Nothing this world can offer me will ever be enough.



I am enough because He is enough.

Monday, April 13, 2009

It Comes In Waves

January and February were good months for song writing. I wrote about twenty songs during that time. At one point I wrote and recorded one song each day for a week, which is a lot for me since I am generally not a very prolific writer. I'm often paranoid about losing song ideas, and because of my paranoia I have yet to completely finish a writing journal. I get about halfway through one and then I have to store it somewhere safe for fear of losing it. I think my fear stems from the reality that my inspiration comes in waves. Sometimes my life is filled with songs, and then other times it is painfully empty and devoid of inspiration. During the empty times everything I write seems cliche and I tend to wonder if the good songs will ever come back. I tend to doubt my ability to write anything substantial. This is the ultimate ego-shrinker.

For The Classic Crime's first record, Albatross, we wrote fourteen songs and kept twelve. For our acoustic EP we wrote and kept seven songs. For our last full length, The Silver Cord, we wrote fifteen tracks and put all fifteen tracks on the record. For many bands and producers, the idea of showing up to record an album with such a limited amount of material is ludicrous, but thats just the way we do things.

When inspiration hit in January, I felt like we could do things differently. I was writing daily and coming up with some fresh and exciting ideas. I had visions of writing forty-plus songs, and then picking the best songs of that bunch to record for our next release. I rode the wave until it crashed, as it always does. 

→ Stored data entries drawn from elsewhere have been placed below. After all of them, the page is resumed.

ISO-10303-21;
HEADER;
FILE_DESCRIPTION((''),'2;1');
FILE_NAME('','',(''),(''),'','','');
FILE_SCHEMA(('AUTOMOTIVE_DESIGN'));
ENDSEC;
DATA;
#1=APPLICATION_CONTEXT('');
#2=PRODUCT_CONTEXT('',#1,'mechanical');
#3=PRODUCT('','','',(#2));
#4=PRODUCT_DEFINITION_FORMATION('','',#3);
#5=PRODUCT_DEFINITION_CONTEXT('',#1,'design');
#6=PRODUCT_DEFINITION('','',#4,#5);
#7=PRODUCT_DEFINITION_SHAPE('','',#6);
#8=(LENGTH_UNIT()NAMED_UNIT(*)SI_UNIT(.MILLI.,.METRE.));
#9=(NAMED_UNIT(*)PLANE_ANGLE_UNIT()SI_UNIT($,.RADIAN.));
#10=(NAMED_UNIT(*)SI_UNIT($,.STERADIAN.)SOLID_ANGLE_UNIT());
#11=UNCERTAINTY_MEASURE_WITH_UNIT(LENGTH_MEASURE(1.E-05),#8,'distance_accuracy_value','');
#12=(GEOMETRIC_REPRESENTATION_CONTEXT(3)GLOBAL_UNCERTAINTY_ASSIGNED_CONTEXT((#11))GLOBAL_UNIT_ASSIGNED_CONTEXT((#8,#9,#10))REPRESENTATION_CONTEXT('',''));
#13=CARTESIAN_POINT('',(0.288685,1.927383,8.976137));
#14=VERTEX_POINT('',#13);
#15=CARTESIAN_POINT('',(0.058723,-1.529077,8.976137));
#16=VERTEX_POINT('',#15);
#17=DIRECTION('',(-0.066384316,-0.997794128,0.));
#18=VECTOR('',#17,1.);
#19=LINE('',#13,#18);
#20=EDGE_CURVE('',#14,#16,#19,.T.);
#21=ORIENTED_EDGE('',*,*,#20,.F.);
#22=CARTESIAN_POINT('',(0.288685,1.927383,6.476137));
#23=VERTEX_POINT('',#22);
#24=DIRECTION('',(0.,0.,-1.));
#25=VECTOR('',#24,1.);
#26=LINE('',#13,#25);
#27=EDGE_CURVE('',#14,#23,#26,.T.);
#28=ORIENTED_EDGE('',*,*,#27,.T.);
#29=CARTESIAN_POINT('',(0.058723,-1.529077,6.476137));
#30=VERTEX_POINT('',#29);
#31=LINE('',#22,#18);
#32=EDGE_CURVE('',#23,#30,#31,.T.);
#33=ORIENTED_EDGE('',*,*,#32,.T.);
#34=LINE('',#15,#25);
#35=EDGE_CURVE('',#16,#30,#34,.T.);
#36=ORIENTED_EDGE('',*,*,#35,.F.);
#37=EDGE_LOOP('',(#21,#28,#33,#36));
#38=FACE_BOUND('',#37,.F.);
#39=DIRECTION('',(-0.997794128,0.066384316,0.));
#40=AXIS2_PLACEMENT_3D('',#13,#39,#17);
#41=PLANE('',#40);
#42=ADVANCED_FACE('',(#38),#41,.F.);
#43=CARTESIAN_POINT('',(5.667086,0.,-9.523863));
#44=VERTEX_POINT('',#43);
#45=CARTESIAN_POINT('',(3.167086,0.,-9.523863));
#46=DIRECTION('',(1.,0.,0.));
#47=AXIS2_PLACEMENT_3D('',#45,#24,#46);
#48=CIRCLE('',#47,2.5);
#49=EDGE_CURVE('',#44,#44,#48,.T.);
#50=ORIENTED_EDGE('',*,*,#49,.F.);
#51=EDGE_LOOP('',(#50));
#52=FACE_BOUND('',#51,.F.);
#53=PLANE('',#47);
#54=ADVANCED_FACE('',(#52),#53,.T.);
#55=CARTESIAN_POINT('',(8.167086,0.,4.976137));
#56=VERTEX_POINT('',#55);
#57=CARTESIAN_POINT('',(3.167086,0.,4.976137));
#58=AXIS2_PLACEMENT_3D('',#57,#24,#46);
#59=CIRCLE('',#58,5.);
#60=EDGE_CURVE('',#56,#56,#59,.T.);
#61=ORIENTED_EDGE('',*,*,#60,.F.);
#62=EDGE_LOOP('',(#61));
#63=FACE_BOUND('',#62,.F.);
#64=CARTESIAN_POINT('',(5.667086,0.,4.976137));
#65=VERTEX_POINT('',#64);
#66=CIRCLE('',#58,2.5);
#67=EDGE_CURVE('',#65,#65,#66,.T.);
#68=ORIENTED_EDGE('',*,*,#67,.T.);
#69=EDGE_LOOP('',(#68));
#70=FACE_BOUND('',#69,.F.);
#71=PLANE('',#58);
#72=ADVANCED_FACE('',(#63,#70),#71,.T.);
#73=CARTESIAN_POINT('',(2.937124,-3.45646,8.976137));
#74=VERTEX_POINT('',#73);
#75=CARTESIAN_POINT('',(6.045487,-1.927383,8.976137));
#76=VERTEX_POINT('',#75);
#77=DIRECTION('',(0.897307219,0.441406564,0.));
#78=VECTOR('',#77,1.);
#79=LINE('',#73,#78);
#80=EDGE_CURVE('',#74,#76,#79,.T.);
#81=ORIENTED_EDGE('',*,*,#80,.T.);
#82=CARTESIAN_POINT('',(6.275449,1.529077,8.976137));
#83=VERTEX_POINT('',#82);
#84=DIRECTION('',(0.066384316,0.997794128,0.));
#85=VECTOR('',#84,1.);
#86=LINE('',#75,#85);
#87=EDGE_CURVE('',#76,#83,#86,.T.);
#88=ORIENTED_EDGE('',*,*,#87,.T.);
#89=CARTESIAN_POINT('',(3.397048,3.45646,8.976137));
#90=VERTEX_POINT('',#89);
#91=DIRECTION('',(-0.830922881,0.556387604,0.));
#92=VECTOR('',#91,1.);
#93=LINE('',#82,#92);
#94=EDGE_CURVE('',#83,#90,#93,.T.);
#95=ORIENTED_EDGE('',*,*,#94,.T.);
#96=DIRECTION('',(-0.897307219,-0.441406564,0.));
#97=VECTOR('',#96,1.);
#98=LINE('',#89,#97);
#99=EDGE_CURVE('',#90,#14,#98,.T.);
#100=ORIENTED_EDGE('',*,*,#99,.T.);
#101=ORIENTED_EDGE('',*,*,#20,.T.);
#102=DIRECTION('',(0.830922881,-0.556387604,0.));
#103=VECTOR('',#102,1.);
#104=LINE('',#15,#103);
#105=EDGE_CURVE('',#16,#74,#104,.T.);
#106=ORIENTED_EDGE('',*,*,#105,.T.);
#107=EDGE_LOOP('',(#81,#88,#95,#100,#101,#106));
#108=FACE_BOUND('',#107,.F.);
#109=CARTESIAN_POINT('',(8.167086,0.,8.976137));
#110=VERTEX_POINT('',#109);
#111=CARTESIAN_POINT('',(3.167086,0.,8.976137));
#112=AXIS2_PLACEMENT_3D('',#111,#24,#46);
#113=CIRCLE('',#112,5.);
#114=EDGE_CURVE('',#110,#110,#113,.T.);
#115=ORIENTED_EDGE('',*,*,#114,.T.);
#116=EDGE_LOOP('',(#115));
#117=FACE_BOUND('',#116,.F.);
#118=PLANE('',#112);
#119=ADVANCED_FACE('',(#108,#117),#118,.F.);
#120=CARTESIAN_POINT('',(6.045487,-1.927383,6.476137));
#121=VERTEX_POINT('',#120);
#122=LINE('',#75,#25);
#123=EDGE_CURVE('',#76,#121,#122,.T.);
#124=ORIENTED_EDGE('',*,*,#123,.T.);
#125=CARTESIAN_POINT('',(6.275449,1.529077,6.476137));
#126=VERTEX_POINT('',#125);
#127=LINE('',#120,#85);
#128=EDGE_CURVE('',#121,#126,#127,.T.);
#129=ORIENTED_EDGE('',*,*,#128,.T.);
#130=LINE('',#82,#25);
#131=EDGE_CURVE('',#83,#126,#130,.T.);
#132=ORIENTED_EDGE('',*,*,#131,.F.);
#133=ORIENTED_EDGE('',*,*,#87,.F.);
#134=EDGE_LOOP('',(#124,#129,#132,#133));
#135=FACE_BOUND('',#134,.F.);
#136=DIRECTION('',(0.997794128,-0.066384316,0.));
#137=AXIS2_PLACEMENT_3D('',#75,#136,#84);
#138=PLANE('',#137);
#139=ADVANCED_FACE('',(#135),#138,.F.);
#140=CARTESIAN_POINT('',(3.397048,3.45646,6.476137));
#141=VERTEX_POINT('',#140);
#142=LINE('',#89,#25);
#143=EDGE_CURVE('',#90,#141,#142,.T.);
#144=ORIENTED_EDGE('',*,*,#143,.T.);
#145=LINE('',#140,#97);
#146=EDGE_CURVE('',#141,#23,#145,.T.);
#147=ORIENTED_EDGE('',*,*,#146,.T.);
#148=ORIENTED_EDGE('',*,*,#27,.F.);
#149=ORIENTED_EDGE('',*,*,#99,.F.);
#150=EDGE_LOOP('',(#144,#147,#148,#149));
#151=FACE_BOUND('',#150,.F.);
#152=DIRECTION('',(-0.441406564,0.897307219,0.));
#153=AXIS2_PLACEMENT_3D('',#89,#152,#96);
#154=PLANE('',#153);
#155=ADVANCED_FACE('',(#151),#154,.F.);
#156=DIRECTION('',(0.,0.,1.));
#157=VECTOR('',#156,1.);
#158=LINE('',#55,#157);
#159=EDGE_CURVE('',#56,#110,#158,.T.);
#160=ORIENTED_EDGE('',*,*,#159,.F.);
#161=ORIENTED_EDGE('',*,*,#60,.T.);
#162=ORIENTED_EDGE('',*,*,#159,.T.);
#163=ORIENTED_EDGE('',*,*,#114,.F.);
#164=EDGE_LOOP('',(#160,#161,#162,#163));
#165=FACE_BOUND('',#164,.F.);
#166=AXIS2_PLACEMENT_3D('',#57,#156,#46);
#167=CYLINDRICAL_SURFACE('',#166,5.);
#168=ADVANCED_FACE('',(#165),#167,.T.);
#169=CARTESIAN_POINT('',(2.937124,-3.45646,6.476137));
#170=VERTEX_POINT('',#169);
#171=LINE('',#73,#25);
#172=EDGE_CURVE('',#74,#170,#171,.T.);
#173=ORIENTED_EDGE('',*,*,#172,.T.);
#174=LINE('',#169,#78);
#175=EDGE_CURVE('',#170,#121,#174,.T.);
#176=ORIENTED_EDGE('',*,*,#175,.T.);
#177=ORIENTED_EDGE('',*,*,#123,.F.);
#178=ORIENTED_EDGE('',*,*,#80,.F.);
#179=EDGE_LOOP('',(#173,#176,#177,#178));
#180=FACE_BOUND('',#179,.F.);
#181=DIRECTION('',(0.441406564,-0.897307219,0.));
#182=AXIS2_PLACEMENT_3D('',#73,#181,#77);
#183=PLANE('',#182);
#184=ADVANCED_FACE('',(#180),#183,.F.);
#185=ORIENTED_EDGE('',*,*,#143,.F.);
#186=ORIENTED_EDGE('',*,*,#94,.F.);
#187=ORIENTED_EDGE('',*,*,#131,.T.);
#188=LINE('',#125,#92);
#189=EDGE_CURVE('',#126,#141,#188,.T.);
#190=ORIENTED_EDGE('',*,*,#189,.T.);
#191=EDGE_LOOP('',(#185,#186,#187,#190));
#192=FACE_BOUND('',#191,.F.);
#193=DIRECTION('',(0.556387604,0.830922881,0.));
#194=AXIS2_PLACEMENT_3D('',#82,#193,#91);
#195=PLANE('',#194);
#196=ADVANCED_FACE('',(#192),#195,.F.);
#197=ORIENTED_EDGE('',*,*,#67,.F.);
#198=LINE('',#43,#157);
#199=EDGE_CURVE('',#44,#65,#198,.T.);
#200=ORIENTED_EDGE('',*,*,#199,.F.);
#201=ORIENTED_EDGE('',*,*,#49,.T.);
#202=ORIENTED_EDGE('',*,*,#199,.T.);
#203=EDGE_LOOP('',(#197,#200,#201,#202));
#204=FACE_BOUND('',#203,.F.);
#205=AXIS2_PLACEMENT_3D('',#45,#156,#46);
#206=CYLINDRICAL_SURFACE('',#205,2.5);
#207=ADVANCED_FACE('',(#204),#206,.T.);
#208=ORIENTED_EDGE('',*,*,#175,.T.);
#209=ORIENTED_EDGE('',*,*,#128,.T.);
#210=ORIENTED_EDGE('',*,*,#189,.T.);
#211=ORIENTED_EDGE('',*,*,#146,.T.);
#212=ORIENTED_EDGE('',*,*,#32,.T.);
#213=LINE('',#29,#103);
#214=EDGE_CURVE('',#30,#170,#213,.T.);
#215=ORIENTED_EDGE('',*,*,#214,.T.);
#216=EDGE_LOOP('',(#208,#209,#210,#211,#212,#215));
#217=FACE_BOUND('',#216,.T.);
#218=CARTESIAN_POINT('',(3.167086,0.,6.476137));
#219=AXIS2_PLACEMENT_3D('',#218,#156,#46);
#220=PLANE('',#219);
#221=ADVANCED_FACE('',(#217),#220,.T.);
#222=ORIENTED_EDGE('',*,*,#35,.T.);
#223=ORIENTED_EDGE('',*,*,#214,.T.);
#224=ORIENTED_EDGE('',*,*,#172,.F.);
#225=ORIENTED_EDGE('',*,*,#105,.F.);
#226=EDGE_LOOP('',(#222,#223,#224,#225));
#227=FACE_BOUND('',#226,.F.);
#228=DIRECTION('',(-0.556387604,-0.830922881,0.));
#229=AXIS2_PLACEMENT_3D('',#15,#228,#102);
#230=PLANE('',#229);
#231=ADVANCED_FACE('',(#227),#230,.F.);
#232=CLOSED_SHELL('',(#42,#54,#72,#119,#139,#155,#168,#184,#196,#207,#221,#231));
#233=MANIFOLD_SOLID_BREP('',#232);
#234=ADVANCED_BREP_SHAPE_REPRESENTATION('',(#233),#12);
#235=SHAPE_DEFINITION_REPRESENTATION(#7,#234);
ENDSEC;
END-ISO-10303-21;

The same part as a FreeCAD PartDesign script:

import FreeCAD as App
import Part
import Sketcher
from FreeCAD import Vector


def add_polygon(sketch, points):
    """Adds a closed chain of lines whose ends are joined by coincident constraints."""
    first, n = sketch.GeometryCount, len(points)
    for a, b in zip(points, points[1:] + points[:1]):
        sketch.addGeometry(Part.LineSegment(App.Vector(*a, 0), App.Vector(*b, 0)), False)
    for i in range(n):
        sketch.addConstraint(Sketcher.Constraint("Coincident", first + i, 2, first + (i + 1) % n, 1))

doc = App.newDocument("Part")
params = doc.addObject("Spreadsheet::Sheet", "Params")
for row, (alias, value) in enumerate([
    ("sketch1_width", "5 mm"),
    ("sketch1_height", "4 mm"),
    ("sketch1_height2", "18.5 mm"),
    ("revolution_angle", "360 deg"),
    ("pocket1_length", "2.5 mm"),
], start=1):
    params.set(f"A{row}", alias)
    params.set(f"B{row}", "=" + value)
    params.setAlias(f"B{row}", alias)

body = doc.addObject("PartDesign::Body", "Body")

# Sketch on XZ plane
sketch1 = doc.addObject("Sketcher::SketchObject", "Sketch")
body.addObject(sketch1)
sketch1.AttachmentSupport = (doc.XZ_Plane, [""])
sketch1.MapMode = "FlatFace"
add_polygon(sketch1, [(3.2, 9), (3.2, -9.5), (5.7, -9.5), (5.7, 5), (8.2, 5), (8.2, 9)])  # lines 0-5
sketch1.addGeometry(Part.LineSegment(Vector(3.2, 9, 0), Vector(3.2, -9.5, 0)), True)  # axis
sketch1.addConstraint(Sketcher.Constraint("Vertical", 0))
sketch1.addConstraint(Sketcher.Constraint("Horizontal", 1))
sketch1.addConstraint(Sketcher.Constraint("Vertical", 2))
sketch1.addConstraint(Sketcher.Constraint("Horizontal", 3))
sketch1.addConstraint(Sketcher.Constraint("Vertical", 4))
sketch1.addConstraint(Sketcher.Constraint("Horizontal", 5))
sketch1.addConstraint(Sketcher.Constraint("Vertical", 6))
sketch1.addConstraint(Sketcher.Constraint("Coincident", 6, 1, 5, 2))
sketch1.addConstraint(Sketcher.Constraint("Horizontal", 1, 2, 6, 2))
sketch1.addConstraint(Sketcher.Constraint("Equal", 1, 3))
sketch1.addConstraint(Sketcher.Constraint("DistanceX", 5, 2, 5, 1, 5.0))
sketch1.addConstraint(Sketcher.Constraint("DistanceY", 4, 1, 4, 2, 4.0))
sketch1.addConstraint(Sketcher.Constraint("DistanceY", 0, 2, 0, 1, 18.5))
sketch1.addConstraint(Sketcher.Constraint("DistanceX", -1, 1, 0, 2, 3.167086))
sketch1.addConstraint(Sketcher.Constraint("DistanceY", 0, 2, -1, 1, 9.523863))
sketch1.setExpression("Constraints[16]", "Params.sketch1_width")
sketch1.setExpression("Constraints[17]", "Params.sketch1_height")
sketch1.setExpression("Constraints[18]", "Params.sketch1_height2")
revolution = doc.addObject("PartDesign::Revolution", "Revolution")
body.addObject(revolution)
revolution.Profile = sketch1
revolution.ReferenceAxis = (sketch1, ["Axis0"])
revolution.setExpression("Angle", "Params.revolution_angle")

Through March and April I think I've written a total of five songs, two of which are full on acoustic, and one of which I can't even get motivated to record a demo for. I find myself sitting in front of my MacBook, which is sitting in front of my Digi002 console, which is sitting between my studio monitors, and I'm surfing Craigslist or Facebook or Twitter doing God-knows-what-else-is-meaningless. All the audio hardware stays off, just like my brain.

With any luck this lull is just the "wave" sucking itself out back to sea to form another breaker. I was blessed with one albums-worth of material out of the last wave, all of which sounds very cohesive and different. If I could get four complete waves, all sounding somewhat different, I think we could have a very interesting record ahead of us.

I'm just standing on the beach, waiting for the next wave to break. 

Meanwhile I'll sift through a few songs that the other guys have come up with and see if we can't build a nice sand-castle out of them.